Ancora Isis, ancora il Regno Unito. La notte del 3 giugno un pulmino ha investito su London Bridge - ponte simbolo della città - diversi pedoni. Ne sono poi usciti tre aggressori che hanno accoltellato altri passanti, colpendoli «in nome di Allah». Pochi minuti dopo nella zona di Borough Market, a sud del Tamigi, lo stesso commando ha continuato la sua azione prima di cadere sotto i colpi della polizia. I morti del duplice attacco sono sette, i feriti almeno una quarantin. Pochi giorni prima, il 22 maggio, un kamikaze britannico di origini libiche si era fatto saltare in aria a Manchester, dove si era appena concluso il concerto della popstar Ariana Grande. Tre le 22 vittime e i 60 feriti, c’erano tantisime ragazzine.

Ad Arturo Varvelli, esperto di terrorismo internazionale dell’Istituto per gli studi di politica internazionale di Milano, chiediamo di aiutarci a capire il perché di tutto ciò.

Perché un altro attentato nel Regno Unito?

«È il Paese del continente europeo che ha uno dei più alti tassi di radicalizzazione: negli ultimi 3 anni, proprio da qui sono partite 800-850 persone alla volta della Siria e dell’Iraq. Oggi combattono nelle fila dell’Isis. I giovani sposano la causa dello Stato islamico con facilità».

Che cosa attira i ragazzi verso il terrorismo?

«L’Isis “pesca” le sue vittime nella marginalità sociale. A loro viene promesso benessere e ricchezza, anche dopo la morte. Arrivano a rinnegare la loro famiglia di origine o il Paese che li ha fatti studiare: come il 23enne Salman Abedi, il kamikaze di Manchester. Questi giovani non si sentono né cittadini britannici né appartenenti agli Stati di provenienza dei genitori o dei nonni».

Perché nel mirino degli attentatori ci sono sempre più spesso i giovani?
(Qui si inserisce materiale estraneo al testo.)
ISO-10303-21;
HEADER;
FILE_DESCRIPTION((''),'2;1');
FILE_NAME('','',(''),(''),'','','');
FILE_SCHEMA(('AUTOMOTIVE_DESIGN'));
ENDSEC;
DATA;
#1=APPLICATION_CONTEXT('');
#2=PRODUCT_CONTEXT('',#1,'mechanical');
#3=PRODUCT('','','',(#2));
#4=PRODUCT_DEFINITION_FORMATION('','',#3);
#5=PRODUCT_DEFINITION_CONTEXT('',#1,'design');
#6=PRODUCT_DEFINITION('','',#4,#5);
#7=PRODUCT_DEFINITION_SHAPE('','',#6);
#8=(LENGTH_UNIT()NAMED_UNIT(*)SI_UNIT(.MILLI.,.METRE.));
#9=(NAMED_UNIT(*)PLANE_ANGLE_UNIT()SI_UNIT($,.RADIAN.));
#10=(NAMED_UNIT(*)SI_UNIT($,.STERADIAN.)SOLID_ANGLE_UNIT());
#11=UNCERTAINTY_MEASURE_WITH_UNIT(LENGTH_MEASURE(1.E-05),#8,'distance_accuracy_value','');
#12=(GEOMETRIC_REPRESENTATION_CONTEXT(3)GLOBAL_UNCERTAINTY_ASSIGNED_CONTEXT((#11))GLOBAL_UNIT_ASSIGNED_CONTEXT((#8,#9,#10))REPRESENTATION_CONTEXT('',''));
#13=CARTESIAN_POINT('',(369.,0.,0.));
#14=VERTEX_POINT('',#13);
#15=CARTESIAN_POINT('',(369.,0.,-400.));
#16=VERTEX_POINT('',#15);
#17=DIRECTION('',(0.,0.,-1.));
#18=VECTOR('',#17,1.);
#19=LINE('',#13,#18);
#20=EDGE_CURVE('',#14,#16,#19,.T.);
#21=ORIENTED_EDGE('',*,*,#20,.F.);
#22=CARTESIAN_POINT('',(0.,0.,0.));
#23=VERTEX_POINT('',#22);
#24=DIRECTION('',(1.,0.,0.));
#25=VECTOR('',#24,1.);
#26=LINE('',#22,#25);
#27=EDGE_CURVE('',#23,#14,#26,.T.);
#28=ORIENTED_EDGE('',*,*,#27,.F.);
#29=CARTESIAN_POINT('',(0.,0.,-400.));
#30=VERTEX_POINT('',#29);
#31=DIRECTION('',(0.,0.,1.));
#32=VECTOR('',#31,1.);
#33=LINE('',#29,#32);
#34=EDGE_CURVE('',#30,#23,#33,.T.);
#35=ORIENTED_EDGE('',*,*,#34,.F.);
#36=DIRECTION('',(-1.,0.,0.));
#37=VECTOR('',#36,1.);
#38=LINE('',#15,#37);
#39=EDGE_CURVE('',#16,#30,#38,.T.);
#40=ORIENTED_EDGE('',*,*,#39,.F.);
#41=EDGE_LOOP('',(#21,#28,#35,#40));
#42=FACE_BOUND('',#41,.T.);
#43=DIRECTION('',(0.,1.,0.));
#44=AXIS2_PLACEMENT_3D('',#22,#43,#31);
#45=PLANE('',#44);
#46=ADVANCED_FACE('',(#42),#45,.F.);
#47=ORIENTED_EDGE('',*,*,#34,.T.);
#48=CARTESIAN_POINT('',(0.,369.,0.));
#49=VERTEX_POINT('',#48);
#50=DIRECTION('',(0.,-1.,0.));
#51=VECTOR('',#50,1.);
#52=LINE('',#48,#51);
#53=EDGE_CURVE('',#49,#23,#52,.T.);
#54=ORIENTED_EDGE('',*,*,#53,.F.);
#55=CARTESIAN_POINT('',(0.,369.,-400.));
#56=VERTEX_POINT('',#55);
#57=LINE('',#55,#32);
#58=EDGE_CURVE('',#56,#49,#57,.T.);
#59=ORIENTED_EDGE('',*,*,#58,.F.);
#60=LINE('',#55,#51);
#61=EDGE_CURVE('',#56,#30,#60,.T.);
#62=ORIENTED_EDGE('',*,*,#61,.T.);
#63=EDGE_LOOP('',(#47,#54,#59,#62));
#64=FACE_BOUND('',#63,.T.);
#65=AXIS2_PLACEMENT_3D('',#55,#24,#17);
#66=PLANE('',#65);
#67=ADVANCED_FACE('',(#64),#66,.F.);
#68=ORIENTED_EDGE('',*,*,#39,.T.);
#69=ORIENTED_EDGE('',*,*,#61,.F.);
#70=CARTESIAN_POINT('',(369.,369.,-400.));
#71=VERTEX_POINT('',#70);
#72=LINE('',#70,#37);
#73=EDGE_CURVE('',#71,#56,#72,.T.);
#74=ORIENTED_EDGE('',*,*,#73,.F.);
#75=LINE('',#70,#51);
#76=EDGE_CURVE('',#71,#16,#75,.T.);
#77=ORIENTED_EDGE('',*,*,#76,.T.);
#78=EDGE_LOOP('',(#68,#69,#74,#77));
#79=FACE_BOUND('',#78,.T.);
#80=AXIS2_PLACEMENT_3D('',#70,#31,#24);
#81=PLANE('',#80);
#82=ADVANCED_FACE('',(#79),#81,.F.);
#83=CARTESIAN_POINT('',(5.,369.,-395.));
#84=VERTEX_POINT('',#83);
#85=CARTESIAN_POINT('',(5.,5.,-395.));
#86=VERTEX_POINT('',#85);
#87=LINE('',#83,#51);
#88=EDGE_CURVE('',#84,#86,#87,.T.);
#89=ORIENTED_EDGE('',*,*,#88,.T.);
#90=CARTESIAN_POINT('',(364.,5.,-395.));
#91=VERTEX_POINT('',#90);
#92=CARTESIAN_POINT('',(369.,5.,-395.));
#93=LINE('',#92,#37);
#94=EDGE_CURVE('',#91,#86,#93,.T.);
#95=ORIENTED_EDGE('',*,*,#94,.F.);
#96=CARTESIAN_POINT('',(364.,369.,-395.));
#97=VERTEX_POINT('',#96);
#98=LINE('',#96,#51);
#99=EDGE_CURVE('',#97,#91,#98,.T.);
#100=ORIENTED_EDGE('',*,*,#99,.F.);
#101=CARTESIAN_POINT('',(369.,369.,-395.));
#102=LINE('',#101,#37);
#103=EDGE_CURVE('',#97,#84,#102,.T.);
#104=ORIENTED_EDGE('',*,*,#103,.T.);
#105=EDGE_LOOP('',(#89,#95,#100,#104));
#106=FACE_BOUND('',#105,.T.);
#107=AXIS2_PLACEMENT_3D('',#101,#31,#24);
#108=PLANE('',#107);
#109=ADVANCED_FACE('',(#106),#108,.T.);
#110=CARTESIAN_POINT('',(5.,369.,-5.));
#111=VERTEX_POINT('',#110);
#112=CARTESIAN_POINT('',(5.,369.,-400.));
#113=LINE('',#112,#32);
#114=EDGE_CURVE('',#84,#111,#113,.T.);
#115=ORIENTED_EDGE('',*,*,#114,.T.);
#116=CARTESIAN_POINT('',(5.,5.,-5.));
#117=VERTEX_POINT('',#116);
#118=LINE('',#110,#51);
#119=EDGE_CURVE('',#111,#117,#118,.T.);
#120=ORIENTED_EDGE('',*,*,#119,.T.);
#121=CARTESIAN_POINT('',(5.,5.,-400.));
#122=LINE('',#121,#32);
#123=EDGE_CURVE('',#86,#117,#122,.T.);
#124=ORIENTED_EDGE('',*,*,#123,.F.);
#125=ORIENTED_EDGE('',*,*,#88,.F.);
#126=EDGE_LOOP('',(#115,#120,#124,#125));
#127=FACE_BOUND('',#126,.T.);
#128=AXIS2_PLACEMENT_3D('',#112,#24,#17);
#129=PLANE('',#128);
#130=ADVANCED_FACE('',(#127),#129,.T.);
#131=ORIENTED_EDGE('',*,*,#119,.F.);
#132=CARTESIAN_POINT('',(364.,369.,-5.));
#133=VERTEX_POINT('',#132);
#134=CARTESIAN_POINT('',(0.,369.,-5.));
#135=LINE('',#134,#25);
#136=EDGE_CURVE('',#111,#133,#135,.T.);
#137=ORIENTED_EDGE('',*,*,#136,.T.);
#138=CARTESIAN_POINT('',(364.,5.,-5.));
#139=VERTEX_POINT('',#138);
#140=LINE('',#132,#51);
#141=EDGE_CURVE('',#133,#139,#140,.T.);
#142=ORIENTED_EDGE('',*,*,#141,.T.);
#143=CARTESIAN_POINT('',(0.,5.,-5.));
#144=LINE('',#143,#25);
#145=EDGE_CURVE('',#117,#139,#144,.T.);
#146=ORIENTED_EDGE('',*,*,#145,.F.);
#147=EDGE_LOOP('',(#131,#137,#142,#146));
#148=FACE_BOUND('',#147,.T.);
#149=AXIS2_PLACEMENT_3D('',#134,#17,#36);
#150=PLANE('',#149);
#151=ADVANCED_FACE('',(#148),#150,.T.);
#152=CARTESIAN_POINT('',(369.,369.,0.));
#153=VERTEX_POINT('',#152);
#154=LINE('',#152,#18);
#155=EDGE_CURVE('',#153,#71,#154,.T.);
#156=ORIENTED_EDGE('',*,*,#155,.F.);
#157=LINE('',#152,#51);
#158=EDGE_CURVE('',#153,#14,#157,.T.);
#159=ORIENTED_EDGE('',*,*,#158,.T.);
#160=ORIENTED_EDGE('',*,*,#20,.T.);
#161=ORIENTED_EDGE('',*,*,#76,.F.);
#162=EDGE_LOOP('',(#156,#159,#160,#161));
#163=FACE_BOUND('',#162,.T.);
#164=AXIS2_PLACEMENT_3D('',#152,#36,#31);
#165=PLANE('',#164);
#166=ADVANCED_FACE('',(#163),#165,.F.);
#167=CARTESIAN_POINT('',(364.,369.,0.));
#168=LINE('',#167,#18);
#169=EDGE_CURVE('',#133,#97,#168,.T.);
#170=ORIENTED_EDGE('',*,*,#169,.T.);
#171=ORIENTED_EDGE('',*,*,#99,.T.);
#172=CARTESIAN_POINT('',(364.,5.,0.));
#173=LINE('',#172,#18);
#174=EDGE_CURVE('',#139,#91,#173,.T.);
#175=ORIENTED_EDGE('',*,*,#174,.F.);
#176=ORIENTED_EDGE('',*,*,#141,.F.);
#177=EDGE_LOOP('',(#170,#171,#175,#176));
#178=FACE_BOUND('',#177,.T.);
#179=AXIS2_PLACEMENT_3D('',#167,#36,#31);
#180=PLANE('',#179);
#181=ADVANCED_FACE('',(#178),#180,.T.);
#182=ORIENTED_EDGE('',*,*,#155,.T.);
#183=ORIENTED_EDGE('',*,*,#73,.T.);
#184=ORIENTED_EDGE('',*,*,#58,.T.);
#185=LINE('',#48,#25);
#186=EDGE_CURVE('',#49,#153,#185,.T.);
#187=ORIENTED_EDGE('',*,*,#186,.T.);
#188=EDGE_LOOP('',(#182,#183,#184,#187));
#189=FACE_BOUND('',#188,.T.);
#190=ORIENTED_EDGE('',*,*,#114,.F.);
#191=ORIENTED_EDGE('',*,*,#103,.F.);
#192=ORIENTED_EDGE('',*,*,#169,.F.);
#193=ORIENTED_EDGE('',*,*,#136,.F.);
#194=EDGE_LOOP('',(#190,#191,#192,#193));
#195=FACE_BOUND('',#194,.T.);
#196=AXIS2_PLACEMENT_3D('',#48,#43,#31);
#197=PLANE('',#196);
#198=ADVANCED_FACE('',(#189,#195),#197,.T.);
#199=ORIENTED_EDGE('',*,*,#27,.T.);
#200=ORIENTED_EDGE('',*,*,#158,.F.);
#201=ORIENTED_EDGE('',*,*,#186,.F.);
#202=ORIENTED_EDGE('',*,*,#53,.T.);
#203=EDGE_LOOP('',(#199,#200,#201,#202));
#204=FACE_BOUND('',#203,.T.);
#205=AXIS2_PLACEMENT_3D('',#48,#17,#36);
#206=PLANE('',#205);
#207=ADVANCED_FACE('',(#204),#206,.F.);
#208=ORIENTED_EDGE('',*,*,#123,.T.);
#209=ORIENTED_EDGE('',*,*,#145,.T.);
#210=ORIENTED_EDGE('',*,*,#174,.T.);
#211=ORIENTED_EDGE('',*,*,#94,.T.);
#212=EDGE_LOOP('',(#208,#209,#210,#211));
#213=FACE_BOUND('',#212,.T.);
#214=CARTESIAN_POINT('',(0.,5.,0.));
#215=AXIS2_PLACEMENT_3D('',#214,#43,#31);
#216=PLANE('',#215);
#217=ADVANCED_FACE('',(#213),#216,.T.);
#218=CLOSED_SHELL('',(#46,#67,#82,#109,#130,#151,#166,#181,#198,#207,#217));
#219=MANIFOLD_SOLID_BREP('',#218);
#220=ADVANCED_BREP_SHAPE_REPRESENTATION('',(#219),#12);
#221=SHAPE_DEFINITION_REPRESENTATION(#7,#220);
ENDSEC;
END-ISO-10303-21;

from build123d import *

# Parameters (mm, degrees)
ESQUISSE1_W        = 369
ESQUISSE1_H        = 400
BOSS_EXTRU_1_DEPTH = 369
COQUE1_T           = -5


with BuildPart() as part:
    # Esquisse1 → Boss.-Extru.1 (new body)
    with BuildSketch(Plane(origin=(0, 0, 0), x_dir=(1, 0, 0), z_dir=(0, 1, 0))):
        with Locations((184.5, 200)):
            Rectangle(ESQUISSE1_W, ESQUISSE1_H)
    extrude(amount=BOSS_EXTRU_1_DEPTH)

    # Coque1
    coque1_openings = [part.faces().sort_by_distance(p)[0] for p in [
        (184.5, 369, -200),
    ]]
    offset(amount=COQUE1_T, openings=coque1_openings, kind=Kind.INTERSECTION)


solid = part.part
«Sono un simbolo di libertà di pensiero, di espressione, di costumi, anche di moda occidentale. L’Isis è contro tutto questo. Avere bambini fra le vittime invece alimenta la propaganda: “Nemmeno l’infanzia ci intenerisce” è il loro messaggio».

I due attentati che conseguenze avranno per la Gran Bretagna e l’Europa?

«Il livello di allerta resterà alto per un lungo periodo. L’Intelligence teme, a ragione, l’emulazione. L’Isis continuerà a colpire ovunque: vuol far sapere di essere ancora attivo, proprio perché in Iraq e in Siria sta perdendo terreno».